# [The problem]
In the lines below, look for "ThreePointArc". Copy each line where it appears.

# [Input data]
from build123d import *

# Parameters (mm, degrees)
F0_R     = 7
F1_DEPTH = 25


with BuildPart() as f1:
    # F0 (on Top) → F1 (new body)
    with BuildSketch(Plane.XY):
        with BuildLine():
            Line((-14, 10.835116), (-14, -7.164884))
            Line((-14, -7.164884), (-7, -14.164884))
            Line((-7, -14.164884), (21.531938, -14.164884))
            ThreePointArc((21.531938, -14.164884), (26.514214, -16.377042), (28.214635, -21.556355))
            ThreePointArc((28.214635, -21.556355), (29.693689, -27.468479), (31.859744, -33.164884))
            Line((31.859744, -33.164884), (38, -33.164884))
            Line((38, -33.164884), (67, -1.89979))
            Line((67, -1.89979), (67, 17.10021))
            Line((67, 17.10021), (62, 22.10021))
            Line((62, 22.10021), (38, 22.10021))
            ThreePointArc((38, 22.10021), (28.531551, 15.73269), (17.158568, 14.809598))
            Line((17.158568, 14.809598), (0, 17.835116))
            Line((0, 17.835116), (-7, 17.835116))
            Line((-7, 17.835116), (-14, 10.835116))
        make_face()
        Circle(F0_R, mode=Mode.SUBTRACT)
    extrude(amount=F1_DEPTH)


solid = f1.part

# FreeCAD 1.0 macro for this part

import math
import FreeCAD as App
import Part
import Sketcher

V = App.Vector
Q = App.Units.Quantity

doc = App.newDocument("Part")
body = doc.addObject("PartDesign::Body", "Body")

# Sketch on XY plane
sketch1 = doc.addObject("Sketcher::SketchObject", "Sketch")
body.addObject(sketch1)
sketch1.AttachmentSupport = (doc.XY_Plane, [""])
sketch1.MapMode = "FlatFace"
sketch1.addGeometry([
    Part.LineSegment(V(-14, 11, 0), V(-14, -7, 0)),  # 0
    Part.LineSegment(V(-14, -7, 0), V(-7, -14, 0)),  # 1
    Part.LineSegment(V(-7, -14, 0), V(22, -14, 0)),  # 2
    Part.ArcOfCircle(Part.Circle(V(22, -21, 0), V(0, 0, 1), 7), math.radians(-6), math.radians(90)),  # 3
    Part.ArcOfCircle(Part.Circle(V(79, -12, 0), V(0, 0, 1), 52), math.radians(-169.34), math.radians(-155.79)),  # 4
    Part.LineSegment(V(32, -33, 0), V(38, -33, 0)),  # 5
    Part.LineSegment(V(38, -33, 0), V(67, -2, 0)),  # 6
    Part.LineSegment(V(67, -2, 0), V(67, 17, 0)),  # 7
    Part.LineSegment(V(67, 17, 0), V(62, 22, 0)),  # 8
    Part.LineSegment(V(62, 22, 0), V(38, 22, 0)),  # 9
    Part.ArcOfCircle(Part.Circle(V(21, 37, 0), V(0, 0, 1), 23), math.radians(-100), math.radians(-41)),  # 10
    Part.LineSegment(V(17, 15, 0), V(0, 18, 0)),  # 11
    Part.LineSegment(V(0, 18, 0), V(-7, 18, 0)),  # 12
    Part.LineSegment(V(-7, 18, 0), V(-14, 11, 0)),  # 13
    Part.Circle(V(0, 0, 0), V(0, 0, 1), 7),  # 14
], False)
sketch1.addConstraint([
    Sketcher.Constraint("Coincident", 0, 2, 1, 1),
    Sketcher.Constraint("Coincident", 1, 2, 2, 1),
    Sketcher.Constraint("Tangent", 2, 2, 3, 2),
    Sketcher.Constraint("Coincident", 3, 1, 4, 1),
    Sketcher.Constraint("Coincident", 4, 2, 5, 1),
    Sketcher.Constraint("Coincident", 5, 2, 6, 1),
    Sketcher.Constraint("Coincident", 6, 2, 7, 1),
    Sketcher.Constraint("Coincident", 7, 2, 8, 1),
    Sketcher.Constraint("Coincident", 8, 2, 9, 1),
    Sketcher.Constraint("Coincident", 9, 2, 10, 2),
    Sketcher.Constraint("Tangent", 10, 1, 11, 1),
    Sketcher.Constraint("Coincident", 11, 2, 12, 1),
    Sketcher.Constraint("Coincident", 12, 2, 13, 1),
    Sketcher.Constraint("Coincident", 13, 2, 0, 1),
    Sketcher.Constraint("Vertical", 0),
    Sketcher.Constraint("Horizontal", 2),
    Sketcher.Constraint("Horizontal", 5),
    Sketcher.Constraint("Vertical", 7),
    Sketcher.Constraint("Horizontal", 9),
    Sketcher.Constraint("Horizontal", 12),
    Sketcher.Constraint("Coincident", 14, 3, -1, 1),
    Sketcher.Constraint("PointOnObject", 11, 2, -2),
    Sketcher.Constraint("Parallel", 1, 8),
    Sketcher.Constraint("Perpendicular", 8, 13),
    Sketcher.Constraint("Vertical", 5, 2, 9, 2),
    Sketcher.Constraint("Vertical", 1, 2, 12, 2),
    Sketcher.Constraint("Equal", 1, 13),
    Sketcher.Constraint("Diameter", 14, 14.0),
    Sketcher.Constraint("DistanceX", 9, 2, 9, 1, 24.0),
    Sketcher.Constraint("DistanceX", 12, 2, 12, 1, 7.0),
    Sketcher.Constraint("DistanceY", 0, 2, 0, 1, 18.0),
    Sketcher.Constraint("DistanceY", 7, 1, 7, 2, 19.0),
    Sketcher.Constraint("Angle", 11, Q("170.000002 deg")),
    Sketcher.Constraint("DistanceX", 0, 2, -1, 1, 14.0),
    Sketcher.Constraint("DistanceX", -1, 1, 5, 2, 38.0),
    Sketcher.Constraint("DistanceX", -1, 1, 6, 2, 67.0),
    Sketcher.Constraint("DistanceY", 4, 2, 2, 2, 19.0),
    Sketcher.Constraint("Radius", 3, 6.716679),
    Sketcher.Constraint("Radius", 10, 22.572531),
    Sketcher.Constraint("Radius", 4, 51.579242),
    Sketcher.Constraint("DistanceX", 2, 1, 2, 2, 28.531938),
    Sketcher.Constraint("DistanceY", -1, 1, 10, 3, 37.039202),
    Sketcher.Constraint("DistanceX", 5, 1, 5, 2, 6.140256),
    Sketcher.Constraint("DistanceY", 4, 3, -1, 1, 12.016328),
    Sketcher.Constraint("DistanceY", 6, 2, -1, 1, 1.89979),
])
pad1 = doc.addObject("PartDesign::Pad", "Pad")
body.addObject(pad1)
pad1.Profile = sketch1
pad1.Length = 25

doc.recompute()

* * *

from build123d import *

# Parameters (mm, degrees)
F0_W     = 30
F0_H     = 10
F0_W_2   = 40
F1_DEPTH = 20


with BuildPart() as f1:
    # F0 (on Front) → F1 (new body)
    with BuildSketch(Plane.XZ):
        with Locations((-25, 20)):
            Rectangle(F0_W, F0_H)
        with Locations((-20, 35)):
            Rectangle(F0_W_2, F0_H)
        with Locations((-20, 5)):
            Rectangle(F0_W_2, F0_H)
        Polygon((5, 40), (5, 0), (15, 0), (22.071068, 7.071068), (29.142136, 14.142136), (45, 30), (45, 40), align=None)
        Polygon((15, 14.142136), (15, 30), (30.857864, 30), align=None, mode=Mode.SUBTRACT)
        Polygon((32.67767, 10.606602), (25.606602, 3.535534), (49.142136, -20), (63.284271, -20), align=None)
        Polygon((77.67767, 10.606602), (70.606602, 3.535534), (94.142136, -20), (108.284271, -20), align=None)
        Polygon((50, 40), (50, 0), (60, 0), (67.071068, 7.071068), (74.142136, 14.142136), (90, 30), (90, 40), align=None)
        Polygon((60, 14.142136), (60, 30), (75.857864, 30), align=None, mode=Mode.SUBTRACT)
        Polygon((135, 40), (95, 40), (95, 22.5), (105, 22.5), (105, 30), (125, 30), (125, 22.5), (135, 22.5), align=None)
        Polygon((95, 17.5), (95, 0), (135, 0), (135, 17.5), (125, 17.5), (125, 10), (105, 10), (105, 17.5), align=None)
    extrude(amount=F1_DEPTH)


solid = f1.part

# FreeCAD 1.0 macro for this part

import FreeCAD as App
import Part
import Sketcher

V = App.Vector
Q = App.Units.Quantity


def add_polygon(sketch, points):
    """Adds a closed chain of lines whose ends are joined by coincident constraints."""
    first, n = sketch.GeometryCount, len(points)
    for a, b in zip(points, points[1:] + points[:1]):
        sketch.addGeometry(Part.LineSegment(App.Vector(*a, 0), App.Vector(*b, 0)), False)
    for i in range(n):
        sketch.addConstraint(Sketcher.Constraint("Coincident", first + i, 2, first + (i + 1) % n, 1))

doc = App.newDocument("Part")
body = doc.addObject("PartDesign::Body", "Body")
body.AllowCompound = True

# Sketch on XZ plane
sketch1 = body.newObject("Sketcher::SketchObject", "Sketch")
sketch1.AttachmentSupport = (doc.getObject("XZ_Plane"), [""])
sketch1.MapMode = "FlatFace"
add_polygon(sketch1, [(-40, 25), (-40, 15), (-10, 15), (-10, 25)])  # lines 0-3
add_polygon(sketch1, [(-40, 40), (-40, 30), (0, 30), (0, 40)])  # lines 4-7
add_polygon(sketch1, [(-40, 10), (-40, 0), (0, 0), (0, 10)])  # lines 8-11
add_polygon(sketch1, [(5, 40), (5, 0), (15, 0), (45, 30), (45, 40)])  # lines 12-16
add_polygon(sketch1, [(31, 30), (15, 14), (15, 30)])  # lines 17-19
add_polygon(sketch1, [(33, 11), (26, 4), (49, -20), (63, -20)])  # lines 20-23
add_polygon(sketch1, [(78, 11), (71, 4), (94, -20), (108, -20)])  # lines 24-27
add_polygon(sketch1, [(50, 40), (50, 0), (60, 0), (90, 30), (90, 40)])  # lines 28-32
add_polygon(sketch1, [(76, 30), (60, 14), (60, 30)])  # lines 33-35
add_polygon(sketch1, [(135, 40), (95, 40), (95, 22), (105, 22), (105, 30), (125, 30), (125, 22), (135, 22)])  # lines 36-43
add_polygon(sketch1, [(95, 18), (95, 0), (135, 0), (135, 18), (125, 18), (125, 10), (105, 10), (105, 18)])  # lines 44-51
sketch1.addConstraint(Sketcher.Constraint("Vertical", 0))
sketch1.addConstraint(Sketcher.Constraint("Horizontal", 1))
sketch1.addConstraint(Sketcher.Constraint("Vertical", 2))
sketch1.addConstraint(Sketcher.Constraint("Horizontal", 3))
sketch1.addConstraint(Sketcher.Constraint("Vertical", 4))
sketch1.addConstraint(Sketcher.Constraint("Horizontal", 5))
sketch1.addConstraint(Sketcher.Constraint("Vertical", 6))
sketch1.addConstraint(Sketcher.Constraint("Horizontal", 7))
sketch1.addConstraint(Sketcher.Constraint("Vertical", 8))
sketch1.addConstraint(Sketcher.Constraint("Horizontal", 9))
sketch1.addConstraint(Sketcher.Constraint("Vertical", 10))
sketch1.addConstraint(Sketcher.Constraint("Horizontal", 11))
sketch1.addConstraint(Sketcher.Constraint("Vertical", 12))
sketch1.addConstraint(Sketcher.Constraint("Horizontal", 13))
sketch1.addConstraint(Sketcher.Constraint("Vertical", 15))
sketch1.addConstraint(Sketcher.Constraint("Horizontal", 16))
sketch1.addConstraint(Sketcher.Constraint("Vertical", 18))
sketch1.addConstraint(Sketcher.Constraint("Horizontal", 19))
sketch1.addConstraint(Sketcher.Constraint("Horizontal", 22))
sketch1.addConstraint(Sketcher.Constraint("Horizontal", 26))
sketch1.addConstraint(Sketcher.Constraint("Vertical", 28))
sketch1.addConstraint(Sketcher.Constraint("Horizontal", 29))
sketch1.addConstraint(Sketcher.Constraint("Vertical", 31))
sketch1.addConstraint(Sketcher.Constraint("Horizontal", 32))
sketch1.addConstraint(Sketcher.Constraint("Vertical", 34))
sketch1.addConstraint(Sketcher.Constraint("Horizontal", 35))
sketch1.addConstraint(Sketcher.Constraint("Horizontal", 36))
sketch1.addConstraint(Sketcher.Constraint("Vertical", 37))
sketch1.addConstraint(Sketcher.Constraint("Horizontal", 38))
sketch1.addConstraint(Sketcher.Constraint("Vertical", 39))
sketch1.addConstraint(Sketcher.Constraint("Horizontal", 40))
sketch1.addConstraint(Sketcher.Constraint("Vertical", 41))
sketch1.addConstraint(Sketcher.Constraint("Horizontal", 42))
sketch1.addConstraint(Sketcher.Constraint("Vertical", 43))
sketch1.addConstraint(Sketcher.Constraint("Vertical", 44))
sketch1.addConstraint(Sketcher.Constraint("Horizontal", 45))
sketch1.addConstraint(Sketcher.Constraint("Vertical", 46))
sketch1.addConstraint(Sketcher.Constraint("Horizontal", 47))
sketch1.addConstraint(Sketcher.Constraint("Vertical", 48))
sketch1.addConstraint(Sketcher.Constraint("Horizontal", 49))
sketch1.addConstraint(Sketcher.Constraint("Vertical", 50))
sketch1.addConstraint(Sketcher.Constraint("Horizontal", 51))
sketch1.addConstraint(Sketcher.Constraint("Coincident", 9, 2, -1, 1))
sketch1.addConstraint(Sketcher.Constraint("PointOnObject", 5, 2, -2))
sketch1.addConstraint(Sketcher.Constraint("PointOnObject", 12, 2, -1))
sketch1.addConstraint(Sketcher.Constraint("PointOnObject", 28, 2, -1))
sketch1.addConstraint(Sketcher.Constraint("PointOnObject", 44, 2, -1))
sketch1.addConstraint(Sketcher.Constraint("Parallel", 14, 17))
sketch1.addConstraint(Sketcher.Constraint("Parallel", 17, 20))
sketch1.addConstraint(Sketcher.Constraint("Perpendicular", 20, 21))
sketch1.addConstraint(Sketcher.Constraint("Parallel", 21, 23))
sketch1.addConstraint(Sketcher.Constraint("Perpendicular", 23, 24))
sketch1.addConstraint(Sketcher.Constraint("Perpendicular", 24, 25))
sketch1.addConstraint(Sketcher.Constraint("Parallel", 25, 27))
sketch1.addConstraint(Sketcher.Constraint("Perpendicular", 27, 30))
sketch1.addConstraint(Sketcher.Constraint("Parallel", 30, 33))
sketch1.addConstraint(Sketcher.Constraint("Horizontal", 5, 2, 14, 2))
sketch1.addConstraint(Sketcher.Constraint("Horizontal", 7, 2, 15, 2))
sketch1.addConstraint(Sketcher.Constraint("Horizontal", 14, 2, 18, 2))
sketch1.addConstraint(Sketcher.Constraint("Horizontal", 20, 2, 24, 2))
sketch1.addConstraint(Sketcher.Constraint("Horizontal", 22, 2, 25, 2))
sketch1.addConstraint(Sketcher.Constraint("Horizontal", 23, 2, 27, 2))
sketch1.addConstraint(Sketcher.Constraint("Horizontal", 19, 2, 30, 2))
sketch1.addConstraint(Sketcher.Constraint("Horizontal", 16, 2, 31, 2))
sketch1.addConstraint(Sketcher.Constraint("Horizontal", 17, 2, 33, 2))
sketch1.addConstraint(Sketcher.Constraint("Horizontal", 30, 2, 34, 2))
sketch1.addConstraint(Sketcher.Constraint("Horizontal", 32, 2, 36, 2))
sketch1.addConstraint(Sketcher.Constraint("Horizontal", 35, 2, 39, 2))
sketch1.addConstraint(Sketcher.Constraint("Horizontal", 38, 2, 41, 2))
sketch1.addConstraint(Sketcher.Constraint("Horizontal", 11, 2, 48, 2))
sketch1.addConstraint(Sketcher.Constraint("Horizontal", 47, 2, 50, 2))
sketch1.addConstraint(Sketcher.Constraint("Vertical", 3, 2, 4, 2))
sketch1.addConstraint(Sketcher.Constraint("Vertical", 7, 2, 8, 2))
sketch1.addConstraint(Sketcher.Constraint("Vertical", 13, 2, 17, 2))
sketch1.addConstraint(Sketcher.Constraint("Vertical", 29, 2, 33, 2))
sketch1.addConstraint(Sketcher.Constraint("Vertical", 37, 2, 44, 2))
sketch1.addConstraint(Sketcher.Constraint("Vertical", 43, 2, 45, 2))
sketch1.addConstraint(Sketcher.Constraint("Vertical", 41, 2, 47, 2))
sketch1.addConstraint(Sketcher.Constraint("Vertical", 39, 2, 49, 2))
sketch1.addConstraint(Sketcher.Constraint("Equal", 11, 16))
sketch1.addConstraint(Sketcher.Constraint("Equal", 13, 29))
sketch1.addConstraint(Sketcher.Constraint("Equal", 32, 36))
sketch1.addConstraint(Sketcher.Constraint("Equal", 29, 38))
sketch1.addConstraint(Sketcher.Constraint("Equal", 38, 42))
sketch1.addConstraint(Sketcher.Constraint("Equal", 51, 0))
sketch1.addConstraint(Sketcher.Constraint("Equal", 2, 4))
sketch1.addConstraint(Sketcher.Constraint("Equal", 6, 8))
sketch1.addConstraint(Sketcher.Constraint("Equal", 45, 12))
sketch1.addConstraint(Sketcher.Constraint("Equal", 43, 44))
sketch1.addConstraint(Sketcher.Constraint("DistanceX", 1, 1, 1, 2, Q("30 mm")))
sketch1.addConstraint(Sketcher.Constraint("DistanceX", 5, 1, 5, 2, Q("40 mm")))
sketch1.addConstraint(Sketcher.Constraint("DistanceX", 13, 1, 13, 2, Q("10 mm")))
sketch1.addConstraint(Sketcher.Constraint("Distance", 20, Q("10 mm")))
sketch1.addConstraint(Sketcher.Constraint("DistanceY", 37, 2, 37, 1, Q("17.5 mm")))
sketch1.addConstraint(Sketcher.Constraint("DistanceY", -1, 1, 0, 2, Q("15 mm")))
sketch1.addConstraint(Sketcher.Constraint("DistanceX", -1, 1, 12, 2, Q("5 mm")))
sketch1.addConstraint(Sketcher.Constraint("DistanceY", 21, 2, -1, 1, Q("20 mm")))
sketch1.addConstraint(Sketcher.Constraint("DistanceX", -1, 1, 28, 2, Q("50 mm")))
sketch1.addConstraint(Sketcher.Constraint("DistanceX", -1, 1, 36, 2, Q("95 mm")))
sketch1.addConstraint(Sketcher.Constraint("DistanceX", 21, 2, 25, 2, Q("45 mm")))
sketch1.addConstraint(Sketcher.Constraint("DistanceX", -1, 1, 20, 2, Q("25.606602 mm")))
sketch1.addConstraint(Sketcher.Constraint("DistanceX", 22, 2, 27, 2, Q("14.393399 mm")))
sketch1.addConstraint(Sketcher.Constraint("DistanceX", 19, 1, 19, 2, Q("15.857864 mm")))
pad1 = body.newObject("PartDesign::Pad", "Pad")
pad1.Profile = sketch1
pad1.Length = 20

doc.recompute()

# [Solution for this problem]
            ThreePointArc((21.531938, -14.164884), (26.514214, -16.377042), (28.214635, -21.556355))
            ThreePointArc((28.214635, -21.556355), (29.693689, -27.468479), (31.859744, -33.164884))
            ThreePointArc((38, 22.10021), (28.531551, 15.73269), (17.158568, 14.809598))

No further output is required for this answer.